I want to know the fundamental behind this. I am confused and not getting the intution behind. Thanks!

Answer 1

Note that the sum as you said can be {$1 \cdots 11$}, but you haven't taken into account that both rolls are distinguishable according to the exercise. Therefore, for the number $5$, pairs of rolls could be $(1,4),(2,3),(3,2),(4,1)$. This is called compositions of a number, and is one of the basic tools of combinatorics.
What you have done is just choosing just one of the possible sums, but for each sum there are many possiblities depending on the pair of rolls. That is why not only it has to be taken into account the possible sums (10 results), but all possible pairs of results.

Answer 2

If you replace the phrase you have used, "....total $36$ possibilities in the sample space..." by "...total $36$ possibilities in the equiprobable sample space..." the flaw in the second approach should become self-evident, as a sample space of $11$ is certainly not equiprobable. different sums can occur in a different number of ways.

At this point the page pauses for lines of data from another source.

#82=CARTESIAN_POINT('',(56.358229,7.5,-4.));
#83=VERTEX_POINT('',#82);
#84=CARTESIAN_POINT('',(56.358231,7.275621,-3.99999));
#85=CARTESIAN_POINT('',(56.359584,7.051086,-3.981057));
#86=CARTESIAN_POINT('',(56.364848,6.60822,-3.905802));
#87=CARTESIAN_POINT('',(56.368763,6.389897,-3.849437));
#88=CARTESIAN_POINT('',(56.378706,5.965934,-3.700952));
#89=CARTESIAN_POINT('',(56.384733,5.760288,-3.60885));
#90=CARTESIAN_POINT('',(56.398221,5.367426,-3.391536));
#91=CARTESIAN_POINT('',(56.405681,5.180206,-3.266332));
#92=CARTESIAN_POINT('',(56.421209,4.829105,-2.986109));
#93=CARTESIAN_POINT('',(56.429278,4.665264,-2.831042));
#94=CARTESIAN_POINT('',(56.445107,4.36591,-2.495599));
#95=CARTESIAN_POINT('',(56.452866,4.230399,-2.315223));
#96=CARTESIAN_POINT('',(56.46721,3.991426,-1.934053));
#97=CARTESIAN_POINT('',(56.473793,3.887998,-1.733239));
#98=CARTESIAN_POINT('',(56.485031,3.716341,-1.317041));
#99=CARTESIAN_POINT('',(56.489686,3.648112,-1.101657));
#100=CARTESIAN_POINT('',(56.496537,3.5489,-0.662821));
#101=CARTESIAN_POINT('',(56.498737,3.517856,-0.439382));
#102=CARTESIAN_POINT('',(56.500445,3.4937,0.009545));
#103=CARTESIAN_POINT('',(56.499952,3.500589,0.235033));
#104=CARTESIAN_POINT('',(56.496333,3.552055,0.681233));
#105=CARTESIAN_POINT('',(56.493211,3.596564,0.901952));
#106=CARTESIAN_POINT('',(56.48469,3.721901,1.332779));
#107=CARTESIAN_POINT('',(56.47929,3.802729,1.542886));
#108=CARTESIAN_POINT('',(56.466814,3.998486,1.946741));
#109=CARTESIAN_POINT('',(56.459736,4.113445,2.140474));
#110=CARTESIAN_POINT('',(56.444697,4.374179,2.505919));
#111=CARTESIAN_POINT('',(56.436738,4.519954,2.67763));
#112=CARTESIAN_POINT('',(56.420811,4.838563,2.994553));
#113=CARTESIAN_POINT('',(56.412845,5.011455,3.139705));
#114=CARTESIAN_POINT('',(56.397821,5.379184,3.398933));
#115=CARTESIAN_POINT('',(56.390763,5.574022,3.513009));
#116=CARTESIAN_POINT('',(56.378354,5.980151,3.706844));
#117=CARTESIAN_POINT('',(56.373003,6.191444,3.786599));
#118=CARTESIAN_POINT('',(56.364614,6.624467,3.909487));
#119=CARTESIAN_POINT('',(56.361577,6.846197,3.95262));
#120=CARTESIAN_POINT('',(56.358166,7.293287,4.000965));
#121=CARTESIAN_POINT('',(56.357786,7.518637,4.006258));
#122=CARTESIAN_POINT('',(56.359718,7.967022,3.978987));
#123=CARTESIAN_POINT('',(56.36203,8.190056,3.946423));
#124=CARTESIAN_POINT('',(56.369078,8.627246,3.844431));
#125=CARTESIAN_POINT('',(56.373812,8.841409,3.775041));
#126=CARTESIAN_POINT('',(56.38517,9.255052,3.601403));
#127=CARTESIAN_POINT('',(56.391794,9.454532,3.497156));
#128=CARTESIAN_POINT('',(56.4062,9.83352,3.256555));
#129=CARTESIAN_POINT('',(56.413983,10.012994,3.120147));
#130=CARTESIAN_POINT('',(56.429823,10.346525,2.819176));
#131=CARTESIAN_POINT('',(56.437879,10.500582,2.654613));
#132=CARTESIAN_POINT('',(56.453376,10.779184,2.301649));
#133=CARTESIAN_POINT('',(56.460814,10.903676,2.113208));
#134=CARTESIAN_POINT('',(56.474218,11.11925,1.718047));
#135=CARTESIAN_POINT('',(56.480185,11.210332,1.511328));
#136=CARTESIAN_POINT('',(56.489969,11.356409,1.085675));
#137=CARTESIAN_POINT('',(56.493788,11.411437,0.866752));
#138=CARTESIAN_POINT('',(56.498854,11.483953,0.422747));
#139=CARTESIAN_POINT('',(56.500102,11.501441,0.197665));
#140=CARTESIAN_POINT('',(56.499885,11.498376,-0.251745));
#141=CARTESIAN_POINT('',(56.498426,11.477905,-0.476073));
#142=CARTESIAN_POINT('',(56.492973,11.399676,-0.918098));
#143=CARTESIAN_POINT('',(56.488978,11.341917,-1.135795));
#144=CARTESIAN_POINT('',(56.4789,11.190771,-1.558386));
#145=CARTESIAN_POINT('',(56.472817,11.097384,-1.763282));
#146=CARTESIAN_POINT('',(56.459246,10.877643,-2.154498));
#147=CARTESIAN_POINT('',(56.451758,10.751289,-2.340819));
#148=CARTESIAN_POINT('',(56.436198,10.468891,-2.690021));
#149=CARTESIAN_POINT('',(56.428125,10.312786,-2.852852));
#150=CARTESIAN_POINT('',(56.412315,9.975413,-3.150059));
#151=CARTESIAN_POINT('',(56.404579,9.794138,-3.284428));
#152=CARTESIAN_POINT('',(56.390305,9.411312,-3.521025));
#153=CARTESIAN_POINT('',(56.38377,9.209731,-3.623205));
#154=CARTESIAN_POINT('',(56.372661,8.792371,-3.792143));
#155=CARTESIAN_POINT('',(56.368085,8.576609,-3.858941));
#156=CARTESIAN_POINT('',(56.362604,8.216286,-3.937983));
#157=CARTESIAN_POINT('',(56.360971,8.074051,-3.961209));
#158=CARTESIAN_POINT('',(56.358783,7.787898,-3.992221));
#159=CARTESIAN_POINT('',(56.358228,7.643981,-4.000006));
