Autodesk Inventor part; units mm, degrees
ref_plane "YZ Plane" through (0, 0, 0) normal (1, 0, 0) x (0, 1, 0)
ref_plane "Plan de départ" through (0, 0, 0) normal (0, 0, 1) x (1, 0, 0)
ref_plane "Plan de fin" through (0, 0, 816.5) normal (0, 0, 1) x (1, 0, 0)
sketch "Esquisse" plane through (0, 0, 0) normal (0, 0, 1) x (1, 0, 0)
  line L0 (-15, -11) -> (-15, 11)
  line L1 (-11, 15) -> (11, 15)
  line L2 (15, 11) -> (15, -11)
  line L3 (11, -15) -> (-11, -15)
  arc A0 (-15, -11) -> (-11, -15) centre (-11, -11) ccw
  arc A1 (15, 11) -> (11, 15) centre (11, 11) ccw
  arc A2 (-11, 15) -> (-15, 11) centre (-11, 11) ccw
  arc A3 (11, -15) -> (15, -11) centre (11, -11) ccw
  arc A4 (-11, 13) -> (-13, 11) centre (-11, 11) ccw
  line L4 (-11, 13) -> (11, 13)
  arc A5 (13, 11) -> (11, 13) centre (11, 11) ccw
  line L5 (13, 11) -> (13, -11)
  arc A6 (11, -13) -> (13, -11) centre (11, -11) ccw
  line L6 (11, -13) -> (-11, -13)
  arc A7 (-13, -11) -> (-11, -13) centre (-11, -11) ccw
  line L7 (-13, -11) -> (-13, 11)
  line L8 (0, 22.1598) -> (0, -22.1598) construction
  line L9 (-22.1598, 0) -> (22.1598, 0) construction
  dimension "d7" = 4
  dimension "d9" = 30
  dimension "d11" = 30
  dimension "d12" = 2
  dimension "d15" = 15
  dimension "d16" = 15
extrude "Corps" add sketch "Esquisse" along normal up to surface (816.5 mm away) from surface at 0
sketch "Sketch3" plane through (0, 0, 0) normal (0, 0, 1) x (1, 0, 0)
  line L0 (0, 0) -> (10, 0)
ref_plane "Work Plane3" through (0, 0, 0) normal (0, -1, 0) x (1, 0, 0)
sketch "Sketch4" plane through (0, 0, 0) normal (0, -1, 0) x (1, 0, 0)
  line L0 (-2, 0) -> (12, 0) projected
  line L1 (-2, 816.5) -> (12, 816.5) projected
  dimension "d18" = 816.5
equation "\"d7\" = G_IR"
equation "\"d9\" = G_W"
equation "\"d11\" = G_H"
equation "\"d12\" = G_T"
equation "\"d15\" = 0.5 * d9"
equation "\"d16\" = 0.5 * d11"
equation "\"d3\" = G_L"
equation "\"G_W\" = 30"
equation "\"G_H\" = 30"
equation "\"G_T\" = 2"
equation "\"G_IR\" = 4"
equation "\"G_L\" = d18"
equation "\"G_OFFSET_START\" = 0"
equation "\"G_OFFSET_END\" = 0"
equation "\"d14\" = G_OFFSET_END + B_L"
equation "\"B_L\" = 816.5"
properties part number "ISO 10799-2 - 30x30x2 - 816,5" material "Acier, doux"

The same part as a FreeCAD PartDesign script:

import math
import FreeCAD as App
import Part
import Sketcher
from FreeCAD import Vector

doc = App.newDocument("Part")
body = doc.addObject("PartDesign::Body", "Body")

sketch1 = body.newObject("Sketcher::SketchObject", "Sketch")
sketch1.AttachmentSupport = (doc.getObject("XY_Plane"), [""])
sketch1.MapMode = "FlatFace"
sketch1.addGeometry([
    Part.LineSegment(Vector(-15, 11, 0), Vector(-15, -11, 0)),
    Part.ArcOfCircle(Part.Circle(Vector(-11, -11, 0), Vector(0, 0, 1), 4), math.radians(180), math.radians(270)),
    Part.LineSegment(Vector(-11, -15, 0), Vector(11, -15, 0)),
    Part.ArcOfCircle(Part.Circle(Vector(11, -11, 0), Vector(0, 0, 1), 4), math.radians(-90), math.radians(0)),
    Part.LineSegment(Vector(15, -11, 0), Vector(15, 11, 0)),
    Part.ArcOfCircle(Part.Circle(Vector(11, 11, 0), Vector(0, 0, 1), 4), math.radians(0), math.radians(90)),
    Part.LineSegment(Vector(11, 15, 0), Vector(-11, 15, 0)),
    Part.ArcOfCircle(Part.Circle(Vector(-11, 11, 0), Vector(0, 0, 1), 4), math.radians(90), math.radians(180)),
    Part.ArcOfCircle(Part.Circle(Vector(-11, 11, 0), Vector(0, 0, 1), 2), math.radians(90), math.radians(180)),
    Part.LineSegment(Vector(-11, 13, 0), Vector(11, 13, 0)),
    Part.ArcOfCircle(Part.Circle(Vector(11, 11, 0), Vector(0, 0, 1), 2), math.radians(0), math.radians(90)),
    Part.LineSegment(Vector(13, 11, 0), Vector(13, -11, 0)),
    Part.ArcOfCircle(Part.Circle(Vector(11, -11, 0), Vector(0, 0, 1), 2), math.radians(-90), math.radians(0)),
    Part.LineSegment(Vector(11, -13, 0), Vector(-11, -13, 0)),
    Part.ArcOfCircle(Part.Circle(Vector(-11, -11, 0), Vector(0, 0, 1), 2), math.radians(180), math.radians(270)),
    Part.LineSegment(Vector(-13, -11, 0), Vector(-13, 11, 0)),
], False)
sketch1.addConstraint([
    Sketcher.Constraint("Tangent", 0, 2, 1, 1),
    Sketcher.Constraint("Tangent", 1, 2, 2, 1),
    Sketcher.Constraint("Tangent", 2, 2, 3, 1),
    Sketcher.Constraint("Tangent", 3, 2, 4, 1),
    Sketcher.Constraint("Tangent", 4, 2, 5, 1),
    Sketcher.Constraint("Tangent", 5, 2, 6, 1),
    Sketcher.Constraint("Tangent", 6, 2, 7, 1),
    Sketcher.Constraint("Tangent", 7, 2, 0, 1),
    Sketcher.Constraint("Tangent", 8, 1, 9, 1),
    Sketcher.Constraint("Tangent", 9, 2, 10, 2),
    Sketcher.Constraint("Tangent", 10, 1, 11, 1),
    Sketcher.Constraint("Tangent", 11, 2, 12, 2),
    Sketcher.Constraint("Tangent", 12, 1, 13, 1),
    Sketcher.Constraint("Tangent", 13, 2, 14, 2),
    Sketcher.Constraint("Tangent", 14, 1, 15, 1),
    Sketcher.Constraint("Tangent", 15, 2, 8, 2),
    Sketcher.Constraint("Vertical", 0),
    Sketcher.Constraint("Horizontal", 2),
    Sketcher.Constraint("Vertical", 4),
    Sketcher.Constraint("Horizontal", 6),
    Sketcher.Constraint("Horizontal", 9),
    Sketcher.Constraint("Vertical", 11),
    Sketcher.Constraint("Horizontal", 13),
    Sketcher.Constraint("Vertical", 15),
    Sketcher.Constraint("Coincident", 8, 3, 7, 3),
    Sketcher.Constraint("Coincident", 10, 3, 5, 3),
    Sketcher.Constraint("Coincident", 12, 3, 3, 3),
    Sketcher.Constraint("Equal", 1, 3),
    Sketcher.Constraint("Equal", 3, 5),
    Sketcher.Constraint("Equal", 5, 7),
    Sketcher.Constraint("Equal", 12, 14),
    Sketcher.Constraint("Symmetric", 1, 3, 5, 3, -1, 1),
    Sketcher.Constraint("Equal", 13, 0),
    Sketcher.Constraint("Radius", 1, 4.0),
    Sketcher.Constraint("Radius", 8, 2.0),
    Sketcher.Constraint("DistanceX", 0, 2, -1, 1, 15.0),
])
pad1 = body.newObject("PartDesign::Pad", "Pad")
pad1.Profile = sketch1
pad1.Length = 816.5

doc.recompute()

The two die rolls are independent, and thus produce $6\times6 = 36$ equiprobable outcomes. Writing the outcomes from die $1$ and die $2$ as ordered pairs these are

$(1,1)\;(1,2)\;(1,3)\;(1,4)\;(1,5)\;(1,6)$
$(2,1)\;(2,2)\;(2,3)\;(2,4)\;(2,5)\;(2,6)$
$(3,1)\;(3,2)\;(3,3)\;(3,4)\;(3,5)\;(3,6)$
$(4,1)\;(4,2)\;(4,3)\;(4,4)\;(4,5)\;(4,6)$
$(5,1)\;(5,2)\;(5,3)\;(5,4)\;(5,5)\;(5,6)$
$(6,1)\;(6,2)\;(6,3)\;(6,4)\;(6,5)\;(6,6)$

We can now count the favorable outcomes and compute the probability as $\frac{favorable\; outcomes}{total\; outcomes}\;\;$, as we are dealing with an equiprobable sample space

Answer 3

Just to echo @trueblueanil and @DanielC..

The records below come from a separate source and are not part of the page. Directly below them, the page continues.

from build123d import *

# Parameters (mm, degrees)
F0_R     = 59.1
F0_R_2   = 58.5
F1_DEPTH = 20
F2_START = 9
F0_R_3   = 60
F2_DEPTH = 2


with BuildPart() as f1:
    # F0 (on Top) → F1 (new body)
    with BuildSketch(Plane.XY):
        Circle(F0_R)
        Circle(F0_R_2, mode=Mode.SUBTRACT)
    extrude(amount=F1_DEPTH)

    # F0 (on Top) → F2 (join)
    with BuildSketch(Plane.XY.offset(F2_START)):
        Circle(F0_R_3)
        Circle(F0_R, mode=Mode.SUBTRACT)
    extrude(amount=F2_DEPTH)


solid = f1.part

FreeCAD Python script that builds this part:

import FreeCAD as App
import Part
import Sketcher
Q = App.Units.Quantity

doc = App.newDocument("Part")
body = doc.addObject("PartDesign::Body", "Body")

# Sketch on XY plane
sketch1 = doc.addObject("Sketcher::SketchObject", "Sketch")
body.addObject(sketch1)
sketch1.AttachmentSupport = (doc.XY_Plane, [""])
sketch1.MapMode = "FlatFace"
sketch1.addGeometry([
    Part.Circle(App.Vector(0, 0, 0), App.Vector(0, 0, 1), 59),
    Part.Circle(App.Vector(0, 0, 0), App.Vector(0, 0, 1), 58),
], False)
sketch1.addConstraint([
    Sketcher.Constraint("Coincident", 0, 3, -1, 1),
    Sketcher.Constraint("Coincident", 1, 3, -1, 1),
    Sketcher.Constraint("Diameter", 1, Q("117 mm")),
    Sketcher.Constraint("Diameter", 0, Q("118.2 mm")),
])
pad1 = doc.addObject("PartDesign::Pad", "Pad")
body.addObject(pad1)
pad1.Profile = sketch1
pad1.Length = 20

# Sketch on XY plane
sketch2 = doc.addObject("Sketcher::SketchObject", "Sketch001")
body.addObject(sketch2)
sketch2.AttachmentSupport = (doc.XY_Plane, [""])
sketch2.MapMode = "FlatFace"
sketch2.AttachmentOffset = App.Placement(App.Vector(0, 0, 9), App.Rotation())
sketch2.addGeometry([
    Part.Circle(App.Vector(0, 0, 0), App.Vector(0, 0, 1), 60),
    Part.Circle(App.Vector(0, 0, 0), App.Vector(0, 0, 1), 59),
], False)
sketch2.addConstraint([
    Sketcher.Constraint("Coincident", 0, 3, -1, 1),
    Sketcher.Constraint("Coincident", 1, 3, -1, 1),
    Sketcher.Constraint("Diameter", 0, Q("120 mm")),
    Sketcher.Constraint("Diameter", 1, Q("118.2 mm")),
])
pad2 = doc.addObject("PartDesign::Pad", "Pad001")
body.addObject(pad2)
pad2.Profile = sketch2
pad2.Length = 2

doc.recompute()
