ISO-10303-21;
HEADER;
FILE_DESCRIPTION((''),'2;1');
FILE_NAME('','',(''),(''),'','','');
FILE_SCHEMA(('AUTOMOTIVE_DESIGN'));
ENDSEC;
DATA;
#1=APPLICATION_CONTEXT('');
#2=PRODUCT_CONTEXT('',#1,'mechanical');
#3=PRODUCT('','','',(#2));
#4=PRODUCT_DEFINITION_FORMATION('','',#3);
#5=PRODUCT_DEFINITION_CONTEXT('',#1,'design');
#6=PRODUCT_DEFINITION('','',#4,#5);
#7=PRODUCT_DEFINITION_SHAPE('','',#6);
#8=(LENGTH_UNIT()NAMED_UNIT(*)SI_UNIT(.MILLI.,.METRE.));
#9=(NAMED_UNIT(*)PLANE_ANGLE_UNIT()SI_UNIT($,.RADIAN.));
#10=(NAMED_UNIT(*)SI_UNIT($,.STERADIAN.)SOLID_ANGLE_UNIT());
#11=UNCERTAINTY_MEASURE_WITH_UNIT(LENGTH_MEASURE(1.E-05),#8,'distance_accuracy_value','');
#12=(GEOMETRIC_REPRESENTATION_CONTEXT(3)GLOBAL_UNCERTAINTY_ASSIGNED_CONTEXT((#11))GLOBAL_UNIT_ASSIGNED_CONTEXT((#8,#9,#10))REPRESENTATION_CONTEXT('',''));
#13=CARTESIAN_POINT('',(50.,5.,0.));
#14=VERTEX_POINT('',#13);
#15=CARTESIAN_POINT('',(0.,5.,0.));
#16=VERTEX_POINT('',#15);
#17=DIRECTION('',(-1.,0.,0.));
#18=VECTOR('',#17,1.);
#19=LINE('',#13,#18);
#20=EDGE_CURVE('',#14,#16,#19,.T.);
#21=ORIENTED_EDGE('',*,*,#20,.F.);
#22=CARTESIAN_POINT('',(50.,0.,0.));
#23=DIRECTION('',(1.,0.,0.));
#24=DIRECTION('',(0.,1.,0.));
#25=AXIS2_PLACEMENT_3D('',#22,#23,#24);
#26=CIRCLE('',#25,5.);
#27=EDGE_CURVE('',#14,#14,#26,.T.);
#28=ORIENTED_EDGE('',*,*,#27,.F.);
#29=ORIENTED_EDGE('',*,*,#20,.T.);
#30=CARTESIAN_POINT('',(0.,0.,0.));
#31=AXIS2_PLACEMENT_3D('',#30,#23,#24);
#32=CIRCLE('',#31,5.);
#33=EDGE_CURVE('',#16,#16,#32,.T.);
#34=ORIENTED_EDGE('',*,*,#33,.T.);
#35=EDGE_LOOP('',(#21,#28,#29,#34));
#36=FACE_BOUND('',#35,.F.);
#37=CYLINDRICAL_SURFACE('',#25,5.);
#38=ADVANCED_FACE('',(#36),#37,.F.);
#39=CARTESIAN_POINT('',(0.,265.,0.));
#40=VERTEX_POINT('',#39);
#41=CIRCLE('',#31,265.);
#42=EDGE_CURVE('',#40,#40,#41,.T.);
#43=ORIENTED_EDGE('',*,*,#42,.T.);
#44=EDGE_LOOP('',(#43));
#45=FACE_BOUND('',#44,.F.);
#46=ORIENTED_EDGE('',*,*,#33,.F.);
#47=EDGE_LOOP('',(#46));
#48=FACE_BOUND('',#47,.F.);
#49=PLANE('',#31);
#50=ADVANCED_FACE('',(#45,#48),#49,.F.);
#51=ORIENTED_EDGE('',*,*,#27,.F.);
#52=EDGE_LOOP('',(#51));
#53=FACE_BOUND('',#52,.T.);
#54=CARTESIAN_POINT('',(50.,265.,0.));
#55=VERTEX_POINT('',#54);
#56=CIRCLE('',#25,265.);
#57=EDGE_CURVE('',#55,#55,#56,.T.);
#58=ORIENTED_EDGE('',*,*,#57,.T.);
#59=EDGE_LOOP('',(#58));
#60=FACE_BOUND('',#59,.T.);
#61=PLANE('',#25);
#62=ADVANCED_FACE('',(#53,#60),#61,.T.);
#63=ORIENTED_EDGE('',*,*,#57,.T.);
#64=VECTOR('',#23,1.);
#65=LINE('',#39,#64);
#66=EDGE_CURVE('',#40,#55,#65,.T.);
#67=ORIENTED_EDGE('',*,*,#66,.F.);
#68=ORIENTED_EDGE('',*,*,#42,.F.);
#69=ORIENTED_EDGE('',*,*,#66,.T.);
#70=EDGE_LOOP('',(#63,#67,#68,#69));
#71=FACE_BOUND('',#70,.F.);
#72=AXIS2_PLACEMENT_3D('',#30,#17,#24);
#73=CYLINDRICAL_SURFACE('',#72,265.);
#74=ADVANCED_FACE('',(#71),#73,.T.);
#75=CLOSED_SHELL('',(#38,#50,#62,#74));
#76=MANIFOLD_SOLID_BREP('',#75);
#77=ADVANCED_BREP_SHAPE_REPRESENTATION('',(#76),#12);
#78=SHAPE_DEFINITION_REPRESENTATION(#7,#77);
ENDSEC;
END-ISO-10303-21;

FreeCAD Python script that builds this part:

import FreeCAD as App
import Part
import Sketcher

V = App.Vector
Q = App.Units.Quantity

doc = App.newDocument("Part")
params = doc.addObject("Spreadsheet::Sheet", "Params")
for row, (alias, value) in enumerate([
    ("sketch1_diameter", "530 mm"),
    ("pad1_length", "50 mm"),
    ("sketch2_diameter", "10 mm"),
    ("pocket1_length", "50 mm"),
], start=1):
    params.set(f"A{row}", alias)
    params.set(f"B{row}", "=" + value)
    params.setAlias(f"B{row}", alias)

body = doc.addObject("PartDesign::Body", "Body")

# Sketch on YZ plane
sketch1 = body.newObject("Sketcher::SketchObject", "Sketch")
sketch1.AttachmentSupport = (doc.getObject("YZ_Plane"), [""])
sketch1.MapMode = "FlatFace"
sketch1.addGeometry(Part.Circle(V(0, 0, 0), V(0, 0, 1), 265), False)
sketch1.addConstraint(Sketcher.Constraint("Coincident", 0, 3, -1, 1))
sketch1.addConstraint(Sketcher.Constraint("Diameter", 0, Q("530 mm")))
sketch1.setExpression("Constraints[1]", "Params.sketch1_diameter")
pad1 = body.newObject("PartDesign::Pad", "Pad")
pad1.Profile = sketch1
pad1.setExpression("Length", "Params.pad1_length")

# Sketch on YZ plane
sketch2 = body.newObject("Sketcher::SketchObject", "Sketch001")
sketch2.AttachmentSupport = (doc.getObject("YZ_Plane"), [""])
sketch2.MapMode = "FlatFace"
sketch2.AttachmentOffset = App.Placement(V(0, 0, 50), App.Rotation())
sketch2.addGeometry(Part.Circle(V(0, 0, 0), V(0, 0, 1), 5), False)
sketch2.addConstraint(Sketcher.Constraint("Coincident", 0, 3, -1, 1))
sketch2.addConstraint(Sketcher.Constraint("Diameter", 0, Q("10 mm")))
sketch2.setExpression("Constraints[1]", "Params.sketch2_diameter")
pocket1 = body.newObject("PartDesign::Pocket", "Pocket")
pocket1.Profile = sketch2
pocket1.setExpression("Length", "Params.pocket1_length")

doc.recompute()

The experiment is about tossing a pair of dice so we really have to look at the results of two dice rolls first before calculating the sum. Because going directly to the sum makes you lose valuable information about the experiment ,that is the number of ways an outcome can occur because the mistake in your second approach is you assumed all sums have same number of possibilities to occur.

The first table below shows all possibilities, while the second table shows you how many times a sum can occur.

First	Second	Sum
1	1	2
2	1	3
3	1	4
4	1	5
5	1	6
6	1	7
1	2	3
2	2	4
3	2	5
4	2	6
5	2	7
6	2	8
1	3	4
2	3	5
3	3	6
4	3	7
5	3	8
6	3	9
1	4	5
2	4	6
3	4	7
4	4	8
5	4	9
6	4	10
1	5	6
2	5	7
3	5	8
4	5	9
5	5	10
6	5	11
1	6	7
2	6	8
3	6	9
4	6	10
5	6	11
6	6	12

Sum	Number of Possibilities it occurs
2	1
3	2
4	3
5	4
6	5
7	6
8	5
9	4
10	3
11	2
12	1

Answer 4

The reason your method does not work is because the eleven possible sums of the dice, between $2$ and $12$, are not equally likely. Instead, the $36$ possible ordered pairs of numbers rolled by the dice are equally likely. The reason that each pair of numbers is equally likely is a consequence of the fact that the two dice are independent. Namely, if we let $X$ be the result of the first die, and $Y$ of the second, then for any numbers $x,y\in \{1,\dots,6\}$, $$ P(X=x\text{ and }Y=y)\stackrel{\text{indep.}}=P(X=x)P(Y=y)=(1/6)\cdot(1/6)=1/36. $$ Above, used the fact that $X$ and $Y$ are independent, along with the fact that each value of $X$ is equally likely, and the same for $Y$ (the dice are fair).